NEDERLANDS
1.1. De robot kan niet werken met een laag batterijpercentage. Laat de robot opladen voordat
u hem opnieuw gebruikt.
1.2. De temperatuur van de kamer is lager dan 0 ºC of hoger dan 50 ºC. Gebruik de robot op
plaatsen waar de temperatuur binnen de aangegeven waarden ligt.
2.1. Er bevinden zich te veel obstakels in de buurt van het oplaadstation. Verplaats het
oplaadstation naar een plaats zonder obstakels.
2.2. Maak de oplaadpoorten schoon.
2.3. Zorg ervoor dat de aan/uit-schakelaar aan staat.
2.4. De robot bevindt zich te ver van het oplaadstation. Plaats de robot dichter bij het
oplaadstation en probeer het opnieuw.
2.5. Er is te weinig vrije ruimte rond het oplaadstation of de oplaadpoorten zijn niet schoon.
Zorg ervoor dat de oplaadpoorten schoon zijn.
3.1 Schakel de robot uit, zet de schakelaar uit en schakel de robot opnieuw in.
3.2 Druk op de Back home knop terwijl de robot ingeschakeld is en niet in het oplaadstation
staat. Zodra u een pieptoon hoort laat u de knop los en drukt u nogmaals tot de robot spreekt.
Dit is de manier om de robot te resetten.
4. De centrale borstel, de zijdelingse borstels of het wendbaar wieltje zijn verstrikt. Schakel de
robot uit en maak hem schoon.
5.1. Het vuilreservoir is vol. Leeg het reservoir en maak de hoogrendementsfilter schoon als het
geblokkeerd is.
5.2. De hoogrendementsfilter is geblokkeerd, maak hem schoon.
5.3. De centrale borstel is verstrikt met een vreemd object, maak hem schoon.
6.1. Het wifisignaal is slecht. Controleer het signaal.
6.2. De wifiverbinding is niet stabiel. Start de router opnieuw op, controleer of er updates zijn
voor de applicatie en probeer het opnieuw.
Schakel uw mobiele data uit om het verbindingsproces te optimaliseren.

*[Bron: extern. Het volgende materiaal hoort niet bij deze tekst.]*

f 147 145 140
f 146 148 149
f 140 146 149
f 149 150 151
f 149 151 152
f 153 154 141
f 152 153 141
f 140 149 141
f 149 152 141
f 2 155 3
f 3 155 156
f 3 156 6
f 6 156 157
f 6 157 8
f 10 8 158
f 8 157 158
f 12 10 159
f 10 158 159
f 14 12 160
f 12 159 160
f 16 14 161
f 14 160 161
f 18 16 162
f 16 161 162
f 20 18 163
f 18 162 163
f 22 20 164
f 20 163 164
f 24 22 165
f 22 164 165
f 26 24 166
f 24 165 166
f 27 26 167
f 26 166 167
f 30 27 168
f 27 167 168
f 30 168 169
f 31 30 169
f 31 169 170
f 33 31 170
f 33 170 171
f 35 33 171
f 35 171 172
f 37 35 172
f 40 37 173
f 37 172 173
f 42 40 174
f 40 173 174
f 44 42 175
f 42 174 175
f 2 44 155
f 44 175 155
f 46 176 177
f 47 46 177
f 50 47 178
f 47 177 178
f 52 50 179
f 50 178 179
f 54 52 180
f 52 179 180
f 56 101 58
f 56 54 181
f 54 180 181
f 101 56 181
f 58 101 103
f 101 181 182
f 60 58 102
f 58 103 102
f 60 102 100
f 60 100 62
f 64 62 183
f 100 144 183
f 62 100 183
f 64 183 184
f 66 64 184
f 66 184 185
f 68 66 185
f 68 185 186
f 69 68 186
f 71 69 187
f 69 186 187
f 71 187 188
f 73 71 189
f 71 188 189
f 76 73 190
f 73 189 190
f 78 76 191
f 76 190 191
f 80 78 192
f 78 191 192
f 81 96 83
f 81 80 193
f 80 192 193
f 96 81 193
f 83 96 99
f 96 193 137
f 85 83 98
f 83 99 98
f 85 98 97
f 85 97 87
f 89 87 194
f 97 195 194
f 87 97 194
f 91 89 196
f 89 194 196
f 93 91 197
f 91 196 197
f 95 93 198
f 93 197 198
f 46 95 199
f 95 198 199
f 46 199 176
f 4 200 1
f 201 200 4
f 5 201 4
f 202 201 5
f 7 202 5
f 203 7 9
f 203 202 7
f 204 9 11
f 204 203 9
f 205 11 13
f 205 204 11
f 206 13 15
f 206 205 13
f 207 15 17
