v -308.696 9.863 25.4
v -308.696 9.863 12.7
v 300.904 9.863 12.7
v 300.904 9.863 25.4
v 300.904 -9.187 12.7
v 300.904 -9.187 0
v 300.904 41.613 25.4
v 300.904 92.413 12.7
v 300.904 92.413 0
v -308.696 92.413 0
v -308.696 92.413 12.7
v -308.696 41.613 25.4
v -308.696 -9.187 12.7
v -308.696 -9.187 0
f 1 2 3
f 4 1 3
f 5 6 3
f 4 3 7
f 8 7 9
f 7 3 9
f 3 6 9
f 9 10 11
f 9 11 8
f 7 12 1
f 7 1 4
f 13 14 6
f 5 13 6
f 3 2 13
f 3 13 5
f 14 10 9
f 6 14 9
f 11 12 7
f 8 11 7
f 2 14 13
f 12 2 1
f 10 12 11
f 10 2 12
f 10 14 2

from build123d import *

# Parameters (mm, degrees)
F0_W      = 609.6
F0_H      = 82.55
F1_DEPTH  = 12.7
F0_H_2    = 19.05
F1_FACE_W = 609.6
F1_FACE_H = 82.55
F2_DEPTH  = 12.7
F3_SIZE2  = 50.8
F3_SIZE   = 12.7


with BuildPart() as f1:
    # F0 (on Top) → F1 (new body)
    with BuildSketch(Plane.XY):
        with Locations((-3.8962736726, 51.1384306475)):
            Rectangle(F0_W, F0_H)
    extrude(amount=F1_DEPTH)

    # F0 (on Top) + F1_face (on face) → F2 (join)
    with BuildSketch(Plane.XY):
        with Locations((-3.8962736726, 51.1384306475)):
            Rectangle(F0_W, F0_H)
        with Locations((-3.8962736726, 0.3384306475)):
            Rectangle(F0_W, F0_H_2)
    with BuildSketch(Plane(origin=(-3.8962736726, 51.1384306475, 12.7), x_dir=(1, 0, 0), z_dir=(0, 0, 1))):
        Rectangle(F1_FACE_W, F1_FACE_H)
    extrude(amount=F2_DEPTH)

    # F3
    f3_edges = [f1.edges().sort_by_distance(p)[0] for p in [
        (-3.896274, 92.413431, 25.4),
    ]]
    f3_side = f1.faces().sort_by_distance((-3.896274, 92.413431, 12.7))[0]
    chamfer(f3_edges, length=F3_SIZE, length2=F3_SIZE2, reference=f3_side)


solid = f1.part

7.1. Controleer of de robot in de nachtstand staat en verander de stand. De robot voert geen
geprogrammeerde schoonmaak uit als hij in de nachtstand staat.
7.2. Zorg ervoor dat de robot verbonden is met het netwerk. De robot kan geen geprogrammeerde
schoonmaak uitvoeren zonder verbinding.
8.1. De robot berekent en plant nadat hij heeft schoongemaakt in de puntsgewijze stand of
nadat hij van beginpositie is veranderd.
8.2. Als het oplaadstation te ver verwijderd is van de robot kan de robot niet automatisch
terugkeren. Breng de robot handmatig naar het oplaadstation.
9. Zorg ervoor dat de robot niet in de nachtstand staat. In deze stand hervat de robot de
schoonmaak niet. Als de robot handmatig op het oplaadstation geplaatst wordt hervat hij de
schoonmaak evenmin.
10. Zorg ervoor dat de robot correct verbonden is met het wifinetwerk en dat alle zones een
goed wifisignaal hebben.
11. Zorg ervoor dat de robot en het oplaadstation zich in een zone met een goed wifisignaal
bevinden. Start de router opnieuw op en probeer de robot nog een keer te verbinden.